The NIH DMS Policy, effective since 2023, sets the requirement for prospective planning of the management, preservation, and timely sharing of biomedical data for all NIH-funded research projects. Such policy changes help shift data sharing culture, as was seen by the high frequency of genomic data sharing by DCB-supported publications following the implementation of the NIH Genomics Data Sharing Policy.
While prior studies have shown increased citations due to data sharing, we specifically aimed to quantify the bibliometrics associated with sharing of small- to medium-scale basic cancer biology data. We show publications that shared cancer biology datasets had a 20% increase in citation rate compared to those that did not share datasets in their publications. However, the overall impact of the former was not different than other publications in their co-citation network.
Interestingly, our data also suggested a relationship between the degree of data sharing and the overall field citation rate. A larger study including publications across a broader range of RCR values is needed to fully delineate the direct impact of data sharing on field citation rate.
In this study, we found using Google Scholar facilitated discovery to a greater extent than PubMed or other search methods.
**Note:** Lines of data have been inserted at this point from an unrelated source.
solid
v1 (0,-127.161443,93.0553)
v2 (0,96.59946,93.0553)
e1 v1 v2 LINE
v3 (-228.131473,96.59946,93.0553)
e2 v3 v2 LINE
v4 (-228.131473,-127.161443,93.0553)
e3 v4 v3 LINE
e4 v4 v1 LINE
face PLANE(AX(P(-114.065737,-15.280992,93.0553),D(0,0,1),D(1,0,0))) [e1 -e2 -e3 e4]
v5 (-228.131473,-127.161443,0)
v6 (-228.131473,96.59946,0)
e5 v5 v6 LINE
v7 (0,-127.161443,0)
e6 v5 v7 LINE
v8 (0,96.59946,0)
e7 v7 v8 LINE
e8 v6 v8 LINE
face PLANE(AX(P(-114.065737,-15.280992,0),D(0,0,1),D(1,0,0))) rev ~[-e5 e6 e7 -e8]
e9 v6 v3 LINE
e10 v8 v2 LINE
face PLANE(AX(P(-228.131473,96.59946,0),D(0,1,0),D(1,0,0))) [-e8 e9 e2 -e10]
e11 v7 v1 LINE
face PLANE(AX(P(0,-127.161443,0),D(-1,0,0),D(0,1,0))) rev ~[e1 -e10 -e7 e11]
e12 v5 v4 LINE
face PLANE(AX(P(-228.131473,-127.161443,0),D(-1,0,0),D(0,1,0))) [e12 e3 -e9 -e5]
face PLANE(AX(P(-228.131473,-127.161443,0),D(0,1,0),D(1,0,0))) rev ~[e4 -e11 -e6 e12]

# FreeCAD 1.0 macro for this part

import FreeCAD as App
import Part
import Sketcher


def add_polygon(sketch, points):
    """Adds a closed chain of lines whose ends are joined by coincident constraints."""
    first, n = sketch.GeometryCount, len(points)
    for a, b in zip(points, points[1:] + points[:1]):
        sketch.addGeometry(Part.LineSegment(App.Vector(*a, 0), App.Vector(*b, 0)), False)
    for i in range(n):
        sketch.addConstraint(Sketcher.Constraint("Coincident", first + i, 2, first + (i + 1) % n, 1))

doc = App.newDocument("Part")
body = doc.addObject("PartDesign::Body", "Body")

sketch1 = body.newObject("Sketcher::SketchObject", "Sketch")
sketch1.AttachmentSupport = (doc.getObject("XY_Plane"), [""])
sketch1.MapMode = "FlatFace"
add_polygon(sketch1, [(-228, 97), (-228, -127), (0, -127), (0, 97)])
sketch1.addConstraint([
    Sketcher.Constraint("Vertical", 0),
    Sketcher.Constraint("Horizontal", 1),
    Sketcher.Constraint("Vertical", 2),
    Sketcher.Constraint("Horizontal", 3),
    Sketcher.Constraint("PointOnObject", 1, 2, -2),
    Sketcher.Constraint("DistanceX", 1, 1, 1, 2, 228.131473),
    Sketcher.Constraint("DistanceY", 0, 2, 0, 1, 223.760903),
    Sketcher.Constraint("DistanceY", -1, 1, 2, 2, 96.59946),
])
pad1 = body.newObject("PartDesign::Pad", "Pad")
pad1.Profile = sketch1
pad1.Length = 93.0553

doc.recompute()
However, the discovery of datasets using data object identifiers or accession numbers. required significant manual curation. Analysing data sharing status of larger collections of publications will require large language models to help with data curation.
Our analysis demonstrates that secondary data reuse has a significant positive influence on publication impact, independent of research field. Several factors might contribute to this result, including an increased confidence in study conclusions that are supported by independently generated datasets.
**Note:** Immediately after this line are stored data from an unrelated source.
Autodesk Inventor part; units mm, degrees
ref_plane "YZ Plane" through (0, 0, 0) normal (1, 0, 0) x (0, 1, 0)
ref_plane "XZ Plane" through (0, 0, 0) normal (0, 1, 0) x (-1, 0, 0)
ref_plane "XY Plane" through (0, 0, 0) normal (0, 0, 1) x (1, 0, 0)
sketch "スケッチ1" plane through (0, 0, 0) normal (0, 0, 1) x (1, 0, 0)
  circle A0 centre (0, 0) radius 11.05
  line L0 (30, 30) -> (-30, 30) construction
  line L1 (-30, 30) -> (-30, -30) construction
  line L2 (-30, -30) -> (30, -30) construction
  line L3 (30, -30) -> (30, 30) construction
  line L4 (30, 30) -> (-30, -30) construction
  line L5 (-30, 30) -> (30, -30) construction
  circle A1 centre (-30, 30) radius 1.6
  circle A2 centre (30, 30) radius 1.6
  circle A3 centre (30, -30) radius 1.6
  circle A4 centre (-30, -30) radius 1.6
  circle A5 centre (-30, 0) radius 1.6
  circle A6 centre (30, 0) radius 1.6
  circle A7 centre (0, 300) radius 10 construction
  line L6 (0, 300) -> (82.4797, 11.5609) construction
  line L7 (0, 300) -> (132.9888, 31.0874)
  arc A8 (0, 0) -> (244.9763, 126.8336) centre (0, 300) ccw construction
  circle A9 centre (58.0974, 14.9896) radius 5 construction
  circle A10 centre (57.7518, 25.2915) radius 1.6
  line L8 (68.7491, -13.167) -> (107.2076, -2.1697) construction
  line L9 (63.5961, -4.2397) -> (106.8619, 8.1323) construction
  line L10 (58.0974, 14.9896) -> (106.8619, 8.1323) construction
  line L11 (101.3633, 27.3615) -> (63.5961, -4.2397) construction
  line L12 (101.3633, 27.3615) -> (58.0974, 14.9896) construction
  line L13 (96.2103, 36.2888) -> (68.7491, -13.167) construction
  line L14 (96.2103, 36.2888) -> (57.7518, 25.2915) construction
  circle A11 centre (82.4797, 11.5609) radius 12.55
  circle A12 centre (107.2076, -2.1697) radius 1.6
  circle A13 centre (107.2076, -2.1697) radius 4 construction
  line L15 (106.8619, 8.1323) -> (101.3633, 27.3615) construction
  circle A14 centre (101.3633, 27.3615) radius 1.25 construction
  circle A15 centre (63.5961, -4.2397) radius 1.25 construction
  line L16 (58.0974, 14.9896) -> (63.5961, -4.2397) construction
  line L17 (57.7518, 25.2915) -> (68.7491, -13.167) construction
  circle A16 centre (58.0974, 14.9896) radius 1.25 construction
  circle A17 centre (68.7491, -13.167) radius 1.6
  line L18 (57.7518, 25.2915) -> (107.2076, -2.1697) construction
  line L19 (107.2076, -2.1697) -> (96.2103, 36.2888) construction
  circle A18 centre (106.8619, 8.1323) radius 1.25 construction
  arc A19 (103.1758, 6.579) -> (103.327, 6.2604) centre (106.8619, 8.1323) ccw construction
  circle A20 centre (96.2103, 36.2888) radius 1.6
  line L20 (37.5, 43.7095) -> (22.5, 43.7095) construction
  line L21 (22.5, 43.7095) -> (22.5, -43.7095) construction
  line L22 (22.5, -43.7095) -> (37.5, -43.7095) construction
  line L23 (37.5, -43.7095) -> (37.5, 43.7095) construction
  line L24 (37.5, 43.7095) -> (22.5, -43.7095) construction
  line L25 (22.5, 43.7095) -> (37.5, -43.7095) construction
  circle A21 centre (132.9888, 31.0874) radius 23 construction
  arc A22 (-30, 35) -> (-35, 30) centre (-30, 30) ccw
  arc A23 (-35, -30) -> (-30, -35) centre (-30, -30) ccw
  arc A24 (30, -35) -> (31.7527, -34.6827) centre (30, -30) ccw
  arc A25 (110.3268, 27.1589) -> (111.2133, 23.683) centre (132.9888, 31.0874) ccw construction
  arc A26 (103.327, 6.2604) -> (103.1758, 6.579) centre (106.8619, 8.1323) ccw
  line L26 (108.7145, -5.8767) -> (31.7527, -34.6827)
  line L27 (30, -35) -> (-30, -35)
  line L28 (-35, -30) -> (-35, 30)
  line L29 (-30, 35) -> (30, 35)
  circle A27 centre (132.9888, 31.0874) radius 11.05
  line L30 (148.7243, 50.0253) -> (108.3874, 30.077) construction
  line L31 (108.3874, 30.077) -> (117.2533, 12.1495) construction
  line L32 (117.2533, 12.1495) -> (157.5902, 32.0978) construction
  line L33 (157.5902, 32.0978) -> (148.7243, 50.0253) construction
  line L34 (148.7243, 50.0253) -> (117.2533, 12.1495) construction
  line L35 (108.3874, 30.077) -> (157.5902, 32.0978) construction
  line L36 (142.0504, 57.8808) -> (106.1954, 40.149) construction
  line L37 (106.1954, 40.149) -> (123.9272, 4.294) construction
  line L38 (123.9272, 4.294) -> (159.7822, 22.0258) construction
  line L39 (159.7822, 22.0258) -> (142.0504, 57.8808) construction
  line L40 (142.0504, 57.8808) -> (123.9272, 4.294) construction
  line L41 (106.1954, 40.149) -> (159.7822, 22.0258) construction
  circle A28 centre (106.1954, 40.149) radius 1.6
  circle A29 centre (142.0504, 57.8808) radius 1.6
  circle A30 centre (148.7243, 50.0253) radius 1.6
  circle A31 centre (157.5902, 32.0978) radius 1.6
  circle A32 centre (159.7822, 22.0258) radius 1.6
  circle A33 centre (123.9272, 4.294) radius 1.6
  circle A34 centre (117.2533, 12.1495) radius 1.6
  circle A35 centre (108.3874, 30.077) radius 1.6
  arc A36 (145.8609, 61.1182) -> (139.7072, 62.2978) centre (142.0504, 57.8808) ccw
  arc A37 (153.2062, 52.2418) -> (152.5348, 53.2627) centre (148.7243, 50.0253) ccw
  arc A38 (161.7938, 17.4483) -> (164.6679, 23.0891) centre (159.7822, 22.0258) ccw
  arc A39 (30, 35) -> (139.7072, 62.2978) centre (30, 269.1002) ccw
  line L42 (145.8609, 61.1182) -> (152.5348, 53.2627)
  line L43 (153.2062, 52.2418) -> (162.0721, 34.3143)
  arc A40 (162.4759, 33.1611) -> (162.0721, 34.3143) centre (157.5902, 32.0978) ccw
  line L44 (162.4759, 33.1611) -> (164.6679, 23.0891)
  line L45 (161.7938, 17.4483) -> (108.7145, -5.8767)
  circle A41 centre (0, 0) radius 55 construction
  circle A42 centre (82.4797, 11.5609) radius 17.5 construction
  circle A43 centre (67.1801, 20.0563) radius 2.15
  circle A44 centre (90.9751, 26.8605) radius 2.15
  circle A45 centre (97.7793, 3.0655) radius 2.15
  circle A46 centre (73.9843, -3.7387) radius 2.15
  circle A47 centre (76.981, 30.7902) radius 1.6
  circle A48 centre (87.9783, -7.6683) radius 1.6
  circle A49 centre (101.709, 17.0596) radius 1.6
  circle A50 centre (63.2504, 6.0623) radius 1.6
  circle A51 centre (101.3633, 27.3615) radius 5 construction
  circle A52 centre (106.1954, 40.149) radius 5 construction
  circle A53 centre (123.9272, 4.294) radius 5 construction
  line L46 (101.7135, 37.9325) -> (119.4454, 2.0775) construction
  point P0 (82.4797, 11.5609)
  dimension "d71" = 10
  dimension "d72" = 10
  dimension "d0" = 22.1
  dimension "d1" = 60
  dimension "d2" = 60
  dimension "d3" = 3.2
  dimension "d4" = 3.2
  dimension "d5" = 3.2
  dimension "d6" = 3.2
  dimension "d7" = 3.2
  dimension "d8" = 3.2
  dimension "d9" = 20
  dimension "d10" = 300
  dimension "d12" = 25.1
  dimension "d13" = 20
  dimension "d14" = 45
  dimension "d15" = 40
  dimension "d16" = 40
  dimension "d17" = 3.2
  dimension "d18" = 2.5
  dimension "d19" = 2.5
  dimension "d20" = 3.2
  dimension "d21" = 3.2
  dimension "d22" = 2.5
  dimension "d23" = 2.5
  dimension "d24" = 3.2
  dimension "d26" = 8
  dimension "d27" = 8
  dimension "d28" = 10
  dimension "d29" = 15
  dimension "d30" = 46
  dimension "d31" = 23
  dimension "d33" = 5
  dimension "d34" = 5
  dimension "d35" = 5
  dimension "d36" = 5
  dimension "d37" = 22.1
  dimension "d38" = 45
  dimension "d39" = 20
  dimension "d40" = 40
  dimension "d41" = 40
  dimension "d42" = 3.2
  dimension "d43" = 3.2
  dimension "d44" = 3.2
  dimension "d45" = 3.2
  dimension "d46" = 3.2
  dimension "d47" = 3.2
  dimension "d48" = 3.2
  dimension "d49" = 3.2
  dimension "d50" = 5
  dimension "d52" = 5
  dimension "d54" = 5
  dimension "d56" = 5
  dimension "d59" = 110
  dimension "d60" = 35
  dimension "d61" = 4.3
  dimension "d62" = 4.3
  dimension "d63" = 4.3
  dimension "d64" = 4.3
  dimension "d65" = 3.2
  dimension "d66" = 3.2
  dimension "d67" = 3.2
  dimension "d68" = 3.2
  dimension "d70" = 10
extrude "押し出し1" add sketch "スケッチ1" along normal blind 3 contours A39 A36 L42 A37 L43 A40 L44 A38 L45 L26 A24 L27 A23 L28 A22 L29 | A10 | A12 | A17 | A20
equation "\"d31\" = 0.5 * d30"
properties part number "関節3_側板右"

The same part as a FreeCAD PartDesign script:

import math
import FreeCAD as App
import Part
import Sketcher
from FreeCAD import Vector
Q = App.Units.Quantity

doc = App.newDocument("Part")
body = doc.addObject("PartDesign::Body", "Body")

# Sketch on XY plane
sketch1 = doc.addObject("Sketcher::SketchObject", "Sketch")
body.addObject(sketch1)
sketch1.AttachmentSupport = (doc.XY_Plane, [""])
sketch1.MapMode = "FlatFace"
sketch1.addGeometry(Part.ArcOfCircle(Part.Circle(Vector(30, 269.1, 0), Vector(0, 0, 1), 234.1), math.radians(-66.92), math.radians(-62.05)), False)
sketch1.addGeometry(Part.ArcOfCircle(Part.Circle(Vector(30, 269.1, 0), Vector(0, 0, 1), 234.1), math.radians(-90), math.radians(-67)), False)
sketch1.addGeometry(Part.LineSegment(Vector(30, 35, 0), Vector(-30, 35, 0)), False)
sketch1.addGeometry(Part.ArcOfCircle(Part.Circle(Vector(-30, 30, 0), Vector(0, 0, 1), 5), math.radians(90), math.radians(180)), False)
sketch1.addGeometry(Part.LineSegment(Vector(-35, 30, 0), Vector(-35, -30, 0)), False)
sketch1.addGeometry(Part.ArcOfCircle(Part.Circle(Vector(-30, -30, 0), Vector(0, 0, 1), 5), math.radians(180), math.radians(270)), False)
sketch1.addGeometry(Part.LineSegment(Vector(-30, -35, 0), Vector(30, -35, 0)), False)
sketch1.addGeometry(Part.ArcOfCircle(Part.Circle(Vector(30, -30, 0), Vector(0, 0, 1), 5), math.radians(-90), math.radians(-69)), False)
sketch1.addGeometry(Part.LineSegment(Vector(31.8, -34.7, 0), Vector(108.7, -5.9, 0)), False)
sketch1.addGeometry(Part.LineSegment(Vector(108.7, -5.9, 0), Vector(161.8, 17.4, 0)), False)
sketch1.addGeometry(Part.ArcOfCircle(Part.Circle(Vector(159.8, 22, 0), Vector(0, 0, 1), 5), math.radians(-66), math.radians(12)), False)
sketch1.addGeometry(Part.LineSegment(Vector(164.7, 23.1, 0), Vector(162.5, 33.2, 0)), False)
sketch1.addGeometry(Part.ArcOfCircle(Part.Circle(Vector(157.6, 32.1, 0), Vector(0, 0, 1), 5), math.radians(12.28), math.radians(26.32)), False)
sketch1.addGeometry(Part.LineSegment(Vector(162.1, 34.3, 0), Vector(153.2, 52.2, 0)), False)
sketch1.addGeometry(Part.ArcOfCircle(Part.Circle(Vector(148.7, 50, 0), Vector(0, 0, 1), 5), math.radians(26.32), math.radians(40.35)), False)
sketch1.addGeometry(Part.LineSegment(Vector(152.5, 53.3, 0), Vector(145.9, 61.1, 0)), False)
sketch1.addGeometry(Part.ArcOfCircle(Part.Circle(Vector(142.1, 57.9, 0), Vector(0, 0, 1), 5), math.radians(40), math.radians(118)), False)
sketch1.addGeometry(Part.Circle(Vector(-30, -30, 0), Vector(0, 0, 1), 1.6), False)
sketch1.addGeometry(Part.Circle(Vector(30, -30, 0), Vector(0, 0, 1), 1.6), False)
sketch1.addGeometry(Part.Circle(Vector(-30, 0, 0), Vector(0, 0, 1), 1.6), False)
sketch1.addGeometry(Part.Circle(Vector(0, 0, 0), Vector(0, 0, 1), 11.1), False)
sketch1.addGeometry(Part.Circle(Vector(30, 0, 0), Vector(0, 0, 1), 1.6), False)
sketch1.addGeometry(Part.Circle(Vector(63.3, 6.1, 0), Vector(0, 0, 1), 1.6), False)
sketch1.addGeometry(Part.Circle(Vector(88, -7.7, 0), Vector(0, 0, 1), 1.6), False)
sketch1.addGeometry(Part.Circle(Vector(74, -3.7, 0), Vector(0, 0, 1), 2.1), False)
sketch1.addGeometry(Part.Circle(Vector(82.5, 11.6, 0), Vector(0, 0, 1), 12.6), False)
sketch1.addGeometry(Part.Circle(Vector(97.8, 3.1, 0), Vector(0, 0, 1), 2.1), False)
sketch1.addGeometry(Part.Circle(Vector(123.9, 4.3, 0), Vector(0, 0, 1), 1.6), False)
sketch1.addGeometry(Part.Circle(Vector(117.3, 12.1, 0), Vector(0, 0, 1), 1.6), False)
sketch1.addGeometry(Part.Circle(Vector(-30, 30, 0), Vector(0, 0, 1), 1.6), False)
sketch1.addGeometry(Part.Circle(Vector(30, 30, 0), Vector(0, 0, 1), 1.6), False)
sketch1.addGeometry(Part.Circle(Vector(67.2, 20.1, 0), Vector(0, 0, 1), 2.1), False)
sketch1.addGeometry(Part.Circle(Vector(101.7, 17.1, 0), Vector(0, 0, 1), 1.6), False)
sketch1.addGeometry(Part.Circle(Vector(77, 30.8, 0), Vector(0, 0, 1), 1.6), False)
sketch1.addGeometry(Part.Circle(Vector(91, 26.9, 0), Vector(0, 0, 1), 2.1), False)
sketch1.addGeometry(Part.Circle(Vector(108.4, 30.1, 0), Vector(0, 0, 1), 1.6), False)
sketch1.addGeometry(Part.Circle(Vector(159.8, 22, 0), Vector(0, 0, 1), 1.6), False)
sketch1.addGeometry(Part.Circle(Vector(133, 31.1, 0), Vector(0, 0, 1), 11.1), False)
sketch1.addGeometry(Part.Circle(Vector(157.6, 32.1, 0), Vector(0, 0, 1), 1.6), False)
sketch1.addGeometry(Part.Circle(Vector(106.2, 40.1, 0), Vector(0, 0, 1), 1.6), False)
sketch1.addGeometry(Part.Circle(Vector(148.7, 50, 0), Vector(0, 0, 1), 1.6), False)
sketch1.addGeometry(Part.Circle(Vector(142.1, 57.9, 0), Vector(0, 0, 1), 1.6), False)
sketch1.addConstraint(Sketcher.Constraint("Tangent", 0, 1, 1, 2))
sketch1.addConstraint(Sketcher.Constraint("Tangent", 1, 1, 2, 1))
sketch1.addConstraint(Sketcher.Constraint("Tangent", 2, 2, 3, 1))
sketch1.addConstraint(Sketcher.Constraint("Tangent", 3, 2, 4, 1))
sketch1.addConstraint(Sketcher.Constraint("Tangent", 4, 2, 5, 1))
sketch1.addConstraint(Sketcher.Constraint("Tangent", 5, 2, 6, 1))
sketch1.addConstraint(Sketcher.Constraint("Tangent", 6, 2, 7, 1))
sketch1.addConstraint(Sketcher.Constraint("Tangent", 7, 2, 8, 1))
sketch1.addConstraint(Sketcher.Constraint("Coincident", 8, 2, 9, 1))
sketch1.addConstraint(Sketcher.Constraint("Tangent", 9, 2, 10, 1))
sketch1.addConstraint(Sketcher.Constraint("Tangent", 10, 2, 11, 1))
sketch1.addConstraint(Sketcher.Constraint("Tangent", 11, 2, 12, 1))
sketch1.addConstraint(Sketcher.Constraint("Tangent", 12, 2, 13, 1))
sketch1.addConstraint(Sketcher.Constraint("Tangent", 13, 2, 14, 1))
sketch1.addConstraint(Sketcher.Constraint("Tangent", 14, 2, 15, 1))
sketch1.addConstraint(Sketcher.Constraint("Tangent", 15, 2, 16, 1))
sketch1.addConstraint(Sketcher.Constraint("Tangent", 16, 2, 0, 2))
sketch1.addConstraint(Sketcher.Constraint("Horizontal", 2))
sketch1.addConstraint(Sketcher.Constraint("Vertical", 4))
sketch1.addConstraint(Sketcher.Constraint("Horizontal", 6))
sketch1.addConstraint(Sketcher.Constraint("Coincident", 20, 3, -1, 1))
sketch1.addConstraint(Sketcher.Constraint("Coincident", 17, 3, 5, 3))
sketch1.addConstraint(Sketcher.Constraint("Coincident", 29, 3, 3, 3))
sketch1.addConstraint(Sketcher.Constraint("Coincident", 36, 3, 10, 3))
These data illustrate how the impact of shared data is propagated within the research community and that investigators within specific fields of research, such as immunology, oncology, and computational biology already place an increased value on studies that reuse shared data.
Our study provides an exciting preview of how all data types generated within R01-supported projects, shared under the new NIH DMS policy, will have a lasting impact on the research community.
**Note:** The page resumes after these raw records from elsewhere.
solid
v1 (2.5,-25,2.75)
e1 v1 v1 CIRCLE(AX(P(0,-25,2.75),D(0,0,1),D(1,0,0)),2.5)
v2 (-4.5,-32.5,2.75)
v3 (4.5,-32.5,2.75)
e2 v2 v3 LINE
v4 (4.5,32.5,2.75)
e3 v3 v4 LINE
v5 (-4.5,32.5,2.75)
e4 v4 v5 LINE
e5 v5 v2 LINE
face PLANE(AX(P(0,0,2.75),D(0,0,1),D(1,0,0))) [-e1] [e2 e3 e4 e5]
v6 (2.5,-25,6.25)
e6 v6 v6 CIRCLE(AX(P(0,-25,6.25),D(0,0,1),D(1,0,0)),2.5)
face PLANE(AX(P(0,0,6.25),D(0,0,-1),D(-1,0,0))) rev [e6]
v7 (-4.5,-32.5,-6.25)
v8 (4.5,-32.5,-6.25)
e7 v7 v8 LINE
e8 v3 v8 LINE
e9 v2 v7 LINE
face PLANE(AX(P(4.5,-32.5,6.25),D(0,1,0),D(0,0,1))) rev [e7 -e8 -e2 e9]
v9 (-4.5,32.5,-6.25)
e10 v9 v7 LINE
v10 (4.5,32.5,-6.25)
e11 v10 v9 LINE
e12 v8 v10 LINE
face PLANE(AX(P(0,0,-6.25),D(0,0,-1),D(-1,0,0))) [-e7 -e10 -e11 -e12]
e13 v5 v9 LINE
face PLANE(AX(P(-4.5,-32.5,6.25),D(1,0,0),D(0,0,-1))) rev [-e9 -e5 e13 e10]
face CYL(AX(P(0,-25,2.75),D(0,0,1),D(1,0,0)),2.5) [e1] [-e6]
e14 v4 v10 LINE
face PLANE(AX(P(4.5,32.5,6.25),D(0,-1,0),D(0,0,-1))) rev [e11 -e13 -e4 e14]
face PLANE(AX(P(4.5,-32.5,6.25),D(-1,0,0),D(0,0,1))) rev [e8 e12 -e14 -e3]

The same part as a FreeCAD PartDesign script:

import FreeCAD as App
import Part
import Sketcher
from FreeCAD import Vector
Q = App.Units.Quantity

doc = App.newDocument("Part")
body = doc.addObject("PartDesign::Body", "Body")

sketch1 = doc.addObject("Sketcher::SketchObject", "Sketch")
body.addObject(sketch1)
sketch1.AttachmentSupport = (doc.XY_Plane, [""])
sketch1.MapMode = "FlatFace"
sketch1.addGeometry([
    Part.LineSegment(Vector(-4, -32, 0), Vector(4, -32, 0)),
    Part.LineSegment(Vector(4, -32, 0), Vector(4, 32, 0)),
    Part.LineSegment(Vector(4, 32, 0), Vector(-4, 32, 0)),
    Part.LineSegment(Vector(-4, 32, 0), Vector(-4, -32, 0)),
], False)
sketch1.addConstraint([
    Sketcher.Constraint("Coincident", 0, 2, 1, 1),
    Sketcher.Constraint("Coincident", 1, 2, 2, 1),
    Sketcher.Constraint("Coincident", 2, 2, 3, 1),
    Sketcher.Constraint("Coincident", 3, 2, 0, 1),
    Sketcher.Constraint("Horizontal", 0),
    Sketcher.Constraint("Vertical", 1),
    Sketcher.Constraint("Horizontal", 2),
    Sketcher.Constraint("Vertical", 3),
    Sketcher.Constraint("Symmetric", 0, 2, 2, 2, -1, 1),
    Sketcher.Constraint("DistanceX", 0, 1, 0, 2, Q("9 mm")),
    Sketcher.Constraint("DistanceY", 1, 1, 1, 2, Q("65 mm")),
])
pad1 = doc.addObject("PartDesign::Pad", "Pad")
body.addObject(pad1)
pad1.Profile = sketch1
pad1.Length = 12.5
pad1.Midplane = True

sketch2 = doc.addObject("Sketcher::SketchObject", "Sketch001")
body.addObject(sketch2)
sketch2.AttachmentSupport = (doc.XY_Plane, [""])
sketch2.MapMode = "FlatFace"
sketch2.AttachmentOffset = App.Placement(Vector(0, 0, 6.25), App.Rotation())
sketch2.addGeometry([
    Part.LineSegment(Vector(-4.5, 32.5, 0), Vector(-4.5, -32.5, 0)),
    Part.LineSegment(Vector(-4.5, -32.5, 0), Vector(4.5, -32.5, 0)),
    Part.LineSegment(Vector(4.5, -32.5, 0), Vector(4.5, 32.5, 0)),
    Part.LineSegment(Vector(4.5, 32.5, 0), Vector(-4.5, 32.5, 0)),
    Part.Circle(Vector(0, -25, 0), Vector(0, 0, 1), 2.5),
], False)
sketch2.addConstraint([
    Sketcher.Constraint("Coincident", 0, 2, 1, 1),
    Sketcher.Constraint("Coincident", 1, 2, 2, 1),
    Sketcher.Constraint("Coincident", 2, 2, 3, 1),
    Sketcher.Constraint("Coincident", 3, 2, 0, 1),
    Sketcher.Constraint("Vertical", 0),
    Sketcher.Constraint("Horizontal", 1),
    Sketcher.Constraint("Vertical", 2),
    Sketcher.Constraint("Horizontal", 3),
    Sketcher.Constraint("Symmetric", 0, 2, 2, 2, -1, 1),
    Sketcher.Constraint("PointOnObject", 4, 3, -2),
    Sketcher.Constraint("Diameter", 4, Q("5 mm")),
    Sketcher.Constraint("DistanceX", 1, 1, 1, 2, Q("9 mm")),
    Sketcher.Constraint("DistanceY", 0, 2, 0, 1, Q("65 mm")),
    Sketcher.Constraint("DistanceY", 4, 3, -1, 1, Q("25 mm")),
])
pocket1 = doc.addObject("PartDesign::Pocket", "Pocket")
body.addObject(pocket1)
pocket1.Profile = sketch2
pocket1.Length = 3.5

doc.recompute()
Despite the positive impacts of sharing and reusing datasets, there are many opportunities to further improve broad data sharing. Some approaches include:
- Supporting data sharing and management training
- Establishing data sharing standards across various data types generated in cancer biology
To address some of these gaps in data sharing practices, DCB has provided guidance for the NIH DMS Policy for investigators performing basic cancer biology research. Along with providing DMS guidance for putting together a good DMS plan, it offers requirements, resources, standards, and additional policy information, which will help investigators prospectively plan their data management and sharing.
There are additional opportunities for the research community to collaborate and establish workflows that can be adopted by the field to generate FAIR data and train future generations to readily integrate these workflows into their research, ultimately reducing the administrative load of addressing these requirements.
In summary, we show that the sharing of basic cancer biology data is associated with an increase in citation rate and led to an average of 11 secondary uses of the datasets. These datasets were reused by cancer researchers around the world and supported or validated new findings or computational models.
Adoption of the NIH DMS Policy data sharing practices and receiving DMS plan writing resources and training and will empower researchers to create more FAIR datasets and amplify the impact of their research.
Materials and Methods
Approaches related to this study, including the identification of data sharing in cancer biology studies, bibliometric analysis, the analysis of data reuse, and statistical analysis, can be found in a Materials and Methods document.